Records shown:

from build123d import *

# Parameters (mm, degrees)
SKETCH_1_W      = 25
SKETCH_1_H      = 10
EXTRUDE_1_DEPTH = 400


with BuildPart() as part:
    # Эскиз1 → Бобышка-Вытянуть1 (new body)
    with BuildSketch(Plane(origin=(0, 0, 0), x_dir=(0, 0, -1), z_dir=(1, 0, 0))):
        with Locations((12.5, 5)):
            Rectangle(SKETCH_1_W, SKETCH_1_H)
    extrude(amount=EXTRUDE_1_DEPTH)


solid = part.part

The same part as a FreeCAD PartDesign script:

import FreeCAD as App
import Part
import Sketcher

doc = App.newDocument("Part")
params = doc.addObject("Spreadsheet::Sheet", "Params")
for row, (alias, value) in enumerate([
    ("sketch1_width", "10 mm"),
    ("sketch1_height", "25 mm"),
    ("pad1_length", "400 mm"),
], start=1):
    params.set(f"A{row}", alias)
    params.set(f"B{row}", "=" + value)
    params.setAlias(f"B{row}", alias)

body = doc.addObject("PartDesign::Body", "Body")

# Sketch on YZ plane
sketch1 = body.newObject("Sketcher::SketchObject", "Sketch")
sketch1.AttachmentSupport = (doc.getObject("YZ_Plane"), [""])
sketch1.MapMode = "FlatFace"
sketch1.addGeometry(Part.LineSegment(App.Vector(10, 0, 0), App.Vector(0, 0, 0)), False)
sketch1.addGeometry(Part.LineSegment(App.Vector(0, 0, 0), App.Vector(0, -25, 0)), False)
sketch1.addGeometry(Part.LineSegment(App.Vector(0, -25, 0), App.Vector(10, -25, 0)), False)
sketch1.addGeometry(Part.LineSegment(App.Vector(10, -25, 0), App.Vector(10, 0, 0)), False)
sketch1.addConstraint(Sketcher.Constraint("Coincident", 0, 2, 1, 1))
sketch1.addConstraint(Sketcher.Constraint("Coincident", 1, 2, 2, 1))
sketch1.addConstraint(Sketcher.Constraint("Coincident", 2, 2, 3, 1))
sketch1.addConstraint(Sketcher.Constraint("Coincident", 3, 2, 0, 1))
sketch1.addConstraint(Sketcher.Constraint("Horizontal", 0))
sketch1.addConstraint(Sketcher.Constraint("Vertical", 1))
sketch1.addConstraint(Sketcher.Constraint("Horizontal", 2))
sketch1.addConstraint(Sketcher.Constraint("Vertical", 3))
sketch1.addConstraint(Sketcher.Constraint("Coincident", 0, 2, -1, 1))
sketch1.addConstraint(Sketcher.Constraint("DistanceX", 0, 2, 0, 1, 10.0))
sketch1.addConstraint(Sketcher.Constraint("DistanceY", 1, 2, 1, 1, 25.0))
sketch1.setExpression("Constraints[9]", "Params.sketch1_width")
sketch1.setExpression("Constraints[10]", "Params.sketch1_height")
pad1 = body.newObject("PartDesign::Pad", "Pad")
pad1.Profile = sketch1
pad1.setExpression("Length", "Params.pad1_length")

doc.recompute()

Work instructions:
Your answer should consist of the lines from the line with "extrude(amount=EXTRUDE_1_DEPTH)" to the line with "The same part" above, repeated exactly, both ends included.

Written response:
    extrude(amount=EXTRUDE_1_DEPTH)


solid = part.part

The same part as a FreeCAD PartDesign script:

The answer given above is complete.